「世界の労働者の叫び」メーデーの意味を問い直す
「それほどこの行列は内容を脱却した英国人通弊の趣向偏重に陥って居る。儀礼的な形式主義に力の角々を嘗め丸められてゐる」 第二インターナショナルで5月1日をメーデーの日にしたといっても、各国の労働者は一枚岩ではなかった。そのため、デモ行進もそれぞれの国の状況にしたがって、ある意味牙を抜かれ平和的な儀礼的デモ行進に変わっていたともいえる。 要するに戦後世界各地でみられる、のんびりしたデモ行進のメーデーがすでにイギリスでは始まっていたのである。ちなみにイギリスは今でもこの日は祝日ではない。
しかし戦後の日本は、ある意味解放感にあふれ、メーデーは新しい時代を迎えたともいえる。1946年終戦の翌年の5月1日のメーデーは、新しい時代の期待に満ちあふれていた。中央メーデー会場には40万人が参加したのだという。戦争で被災した社会を反映して、食糧を求めてのメーデーだったともいえる。 ■血のメーデー事件 宮本百合子は「メーデーに歌う」の中で、5月1日、ラジオから流れるメーデーの歌の指導に感動している。(編集部注:「メーデーに歌う」は青空文庫で全文を読むことができます)
「日本のラジオが、5月1日のメーデーを、こうして皆の祭りの日として歌の指導まではじめた。これは、ほんとうに、ほんとうに日本の歴史はじまって以来のことである」 「きけ、万国の労働者、とどろきわたるメーデーの」というフレーズをラジオが指導していたというわけである。確かにこのフレーズは、戦後生まれの子供たちでさえ口ずさんでいたほど、有名であったことが思い出される。 しかしこうした状況を一変させたのが、東西冷戦の始まりとアメリカの占領政策であったことは間違いない。そして1952年「血のメーデー事件」が起こる。明治神宮外苑から皇居前広場にかけての行進の中、皇居前で警官隊との衝突が起き、死者を出す惨事となった。

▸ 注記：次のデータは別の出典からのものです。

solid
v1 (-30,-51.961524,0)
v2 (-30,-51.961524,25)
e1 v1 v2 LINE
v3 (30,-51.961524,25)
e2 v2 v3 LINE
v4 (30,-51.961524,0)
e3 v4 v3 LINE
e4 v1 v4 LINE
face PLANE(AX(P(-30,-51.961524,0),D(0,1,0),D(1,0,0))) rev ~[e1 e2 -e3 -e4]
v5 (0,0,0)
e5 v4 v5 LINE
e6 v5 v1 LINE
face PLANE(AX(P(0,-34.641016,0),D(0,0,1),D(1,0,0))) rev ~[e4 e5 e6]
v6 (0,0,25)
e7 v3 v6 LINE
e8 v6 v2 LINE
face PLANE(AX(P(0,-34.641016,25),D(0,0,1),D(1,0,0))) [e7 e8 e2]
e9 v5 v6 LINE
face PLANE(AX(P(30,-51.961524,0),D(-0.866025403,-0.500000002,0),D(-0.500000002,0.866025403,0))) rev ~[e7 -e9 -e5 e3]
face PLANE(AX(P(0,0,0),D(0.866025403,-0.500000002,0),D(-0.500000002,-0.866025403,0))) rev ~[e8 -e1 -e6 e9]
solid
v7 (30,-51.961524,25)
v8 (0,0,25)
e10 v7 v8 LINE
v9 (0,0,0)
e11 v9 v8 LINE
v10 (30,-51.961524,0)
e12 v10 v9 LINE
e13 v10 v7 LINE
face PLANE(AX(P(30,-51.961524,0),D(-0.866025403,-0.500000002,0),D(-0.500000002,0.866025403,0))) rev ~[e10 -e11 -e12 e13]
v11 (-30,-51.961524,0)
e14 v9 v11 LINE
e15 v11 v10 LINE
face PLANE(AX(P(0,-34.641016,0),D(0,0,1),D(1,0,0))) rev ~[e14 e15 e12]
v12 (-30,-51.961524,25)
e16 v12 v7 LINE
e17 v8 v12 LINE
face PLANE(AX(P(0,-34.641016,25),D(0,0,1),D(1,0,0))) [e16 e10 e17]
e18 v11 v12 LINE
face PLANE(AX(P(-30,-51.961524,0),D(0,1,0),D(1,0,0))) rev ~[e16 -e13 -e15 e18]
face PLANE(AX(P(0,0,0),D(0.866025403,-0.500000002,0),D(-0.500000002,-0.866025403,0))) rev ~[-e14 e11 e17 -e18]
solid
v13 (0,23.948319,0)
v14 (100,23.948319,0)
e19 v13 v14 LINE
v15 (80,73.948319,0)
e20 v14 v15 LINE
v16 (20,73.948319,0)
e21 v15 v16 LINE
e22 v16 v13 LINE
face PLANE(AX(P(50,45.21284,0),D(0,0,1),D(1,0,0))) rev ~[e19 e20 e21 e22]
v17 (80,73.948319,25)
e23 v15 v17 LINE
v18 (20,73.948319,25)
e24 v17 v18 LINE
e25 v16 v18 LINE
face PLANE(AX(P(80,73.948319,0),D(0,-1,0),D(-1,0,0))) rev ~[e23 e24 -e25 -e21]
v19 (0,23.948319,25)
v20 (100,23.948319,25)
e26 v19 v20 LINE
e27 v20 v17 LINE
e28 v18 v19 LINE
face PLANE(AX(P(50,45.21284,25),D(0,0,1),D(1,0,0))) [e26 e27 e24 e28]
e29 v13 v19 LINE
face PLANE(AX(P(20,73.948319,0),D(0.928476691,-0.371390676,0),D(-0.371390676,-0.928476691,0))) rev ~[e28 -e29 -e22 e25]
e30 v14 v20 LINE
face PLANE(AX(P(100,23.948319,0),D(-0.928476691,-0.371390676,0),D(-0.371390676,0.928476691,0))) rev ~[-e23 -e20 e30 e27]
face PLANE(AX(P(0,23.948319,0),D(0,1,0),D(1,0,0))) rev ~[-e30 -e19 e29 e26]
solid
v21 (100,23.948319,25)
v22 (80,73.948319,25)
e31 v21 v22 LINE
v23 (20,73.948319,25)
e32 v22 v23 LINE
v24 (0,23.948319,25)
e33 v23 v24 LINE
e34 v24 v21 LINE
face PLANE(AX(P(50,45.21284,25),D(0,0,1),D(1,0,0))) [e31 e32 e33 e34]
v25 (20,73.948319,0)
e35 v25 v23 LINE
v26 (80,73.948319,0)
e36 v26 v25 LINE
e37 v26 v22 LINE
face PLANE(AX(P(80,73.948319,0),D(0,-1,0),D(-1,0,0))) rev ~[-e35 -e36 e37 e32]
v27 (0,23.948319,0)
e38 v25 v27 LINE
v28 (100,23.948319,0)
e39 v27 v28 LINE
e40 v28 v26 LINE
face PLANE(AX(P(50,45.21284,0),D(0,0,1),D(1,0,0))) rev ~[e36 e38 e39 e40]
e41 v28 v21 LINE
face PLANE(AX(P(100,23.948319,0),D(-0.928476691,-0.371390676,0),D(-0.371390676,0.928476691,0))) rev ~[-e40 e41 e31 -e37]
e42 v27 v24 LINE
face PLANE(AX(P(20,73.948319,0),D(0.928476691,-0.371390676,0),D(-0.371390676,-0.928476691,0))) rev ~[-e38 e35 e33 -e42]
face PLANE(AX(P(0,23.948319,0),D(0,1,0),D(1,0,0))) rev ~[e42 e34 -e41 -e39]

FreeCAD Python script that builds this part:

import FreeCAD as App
import Part
import Sketcher
Q = App.Units.Quantity

doc = App.newDocument("Part")
body = doc.addObject("PartDesign::Body", "Body")
body.AllowCompound = True

# Sketch on XY plane
sketch1 = body.newObject("Sketcher::SketchObject", "Sketch")
sketch1.AttachmentSupport = (doc.getObject("XY_Plane"), [""])
sketch1.MapMode = "FlatFace"
sketch1.addGeometry([
    Part.LineSegment(App.Vector(30, -52, 0), App.Vector(0, 0, 0)),  # 0
    Part.LineSegment(App.Vector(0, 0, 0), App.Vector(-30, -52, 0)),  # 1
    Part.LineSegment(App.Vector(-30, -52, 0), App.Vector(30, -52, 0)),  # 2
    Part.LineSegment(App.Vector(20, 74, 0), App.Vector(0, 24, 0)),  # 3
    Part.LineSegment(App.Vector(0, 24, 0), App.Vector(100, 24, 0)),  # 4
    Part.LineSegment(App.Vector(100, 24, 0), App.Vector(80, 74, 0)),  # 5
    Part.LineSegment(App.Vector(80, 74, 0), App.Vector(20, 74, 0)),  # 6
], False)
sketch1.addConstraint([
    Sketcher.Constraint("Coincident", 0, 2, 1, 1),
    Sketcher.Constraint("Coincident", 1, 2, 2, 1),
    Sketcher.Constraint("Coincident", 2, 2, 0, 1),
    Sketcher.Constraint("Coincident", 3, 2, 4, 1),
    Sketcher.Constraint("Coincident", 4, 2, 5, 1),
    Sketcher.Constraint("Coincident", 5, 2, 6, 1),
    Sketcher.Constraint("Coincident", 6, 2, 3, 1),
    Sketcher.Constraint("Horizontal", 2),
    Sketcher.Constraint("Horizontal", 4),
    Sketcher.Constraint("Horizontal", 6),
    Sketcher.Constraint("Coincident", 0, 2, -1, 1),
    Sketcher.Constraint("PointOnObject", 3, 2, -2),
    Sketcher.Constraint("Equal", 2, 6),
    Sketcher.Constraint("Equal", 0, 1),
    Sketcher.Constraint("Equal", 3, 5),
    Sketcher.Constraint("DistanceX", 2, 1, 2, 2, 60.0),
    Sketcher.Constraint("DistanceX", 4, 1, 4, 2, 100.0),
    Sketcher.Constraint("Angle", 0, Q("120 deg")),
    Sketcher.Constraint("DistanceY", 4, 2, 5, 2, 50.0),
    Sketcher.Constraint("DistanceY", -1, 1, 3, 2, 23.948319),
])
pad1 = body.newObject("PartDesign::Pad", "Pad")
pad1.Profile = sketch1
pad1.Length = 25
body2 = doc.addObject("PartDesign::Body", "Body001")
body2.AllowCompound = True

# Sketch on XY plane
sketch2 = body2.newObject("Sketcher::SketchObject", "Sketch001")
sketch2.AttachmentSupport = (doc.getObject("XY_Plane001"), [""])
sketch2.MapMode = "FlatFace"
sketch2.addGeometry([
    Part.LineSegment(App.Vector(30, -52, 0), App.Vector(0, 0, 0)),  # 0
    Part.LineSegment(App.Vector(0, 0, 0), App.Vector(-30, -52, 0)),  # 1
    Part.LineSegment(App.Vector(-30, -52, 0), App.Vector(30, -52, 0)),  # 2
    Part.LineSegment(App.Vector(20, 74, 0), App.Vector(0, 24, 0)),  # 3
    Part.LineSegment(App.Vector(0, 24, 0), App.Vector(100, 24, 0)),  # 4
    Part.LineSegment(App.Vector(100, 24, 0), App.Vector(80, 74, 0)),  # 5
    Part.LineSegment(App.Vector(80, 74, 0), App.Vector(20, 74, 0)),  # 6
], False)
sketch2.addConstraint([
    Sketcher.Constraint("Coincident", 0, 2, 1, 1),
    Sketcher.Constraint("Coincident", 1, 2, 2, 1),
    Sketcher.Constraint("Coincident", 2, 2, 0, 1),
    Sketcher.Constraint("Coincident", 3, 2, 4, 1),
    Sketcher.Constraint("Coincident", 4, 2, 5, 1),
    Sketcher.Constraint("Coincident", 5, 2, 6, 1),
    Sketcher.Constraint("Coincident", 6, 2, 3, 1),
    Sketcher.Constraint("Horizontal", 2),
    Sketcher.Constraint("Horizontal", 4),
    Sketcher.Constraint("Horizontal", 6),
    Sketcher.Constraint("Coincident", 0, 2, -1, 1),
    Sketcher.Constraint("PointOnObject", 3, 2, -2),
    Sketcher.Constraint("Equal", 2, 6),
    Sketcher.Constraint("Equal", 0, 1),
    Sketcher.Constraint("Equal", 3, 5),
    Sketcher.Constraint("DistanceX", 2, 1, 2, 2, 60.0),
    Sketcher.Constraint("DistanceX", 4, 1, 4, 2, 100.0),
    Sketcher.Constraint("Angle", 0, Q("120 deg")),
    Sketcher.Constraint("DistanceY", 4, 2, 5, 2, 50.0),
    Sketcher.Constraint("DistanceY", -1, 1, 3, 2, 23.948319),
])
pad2 = body2.newObject("PartDesign::Pad", "Pad001")
pad2.Profile = sketch2
pad2.Length = 25

doc.recompute()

1952年は日本が独立した年だが、その頃から次第にメーデーには大きな変化が生まれる。組合組織の分裂の中で、権利要求の闘争から次第に祝祭的儀式に変わっていくのである。 しかし不思議なことは、戦後もずっとメーデーが国家の祝日となっていないことである。3月8日の国際女性デーもそうだが、祝日にならないのはなぜか。 さらに5月1日という日ですら、2001年4月以降いつの間にか日本労働組合総連合会連合系は、ゴールデンウィークの前の土曜日に変更してしまったのである。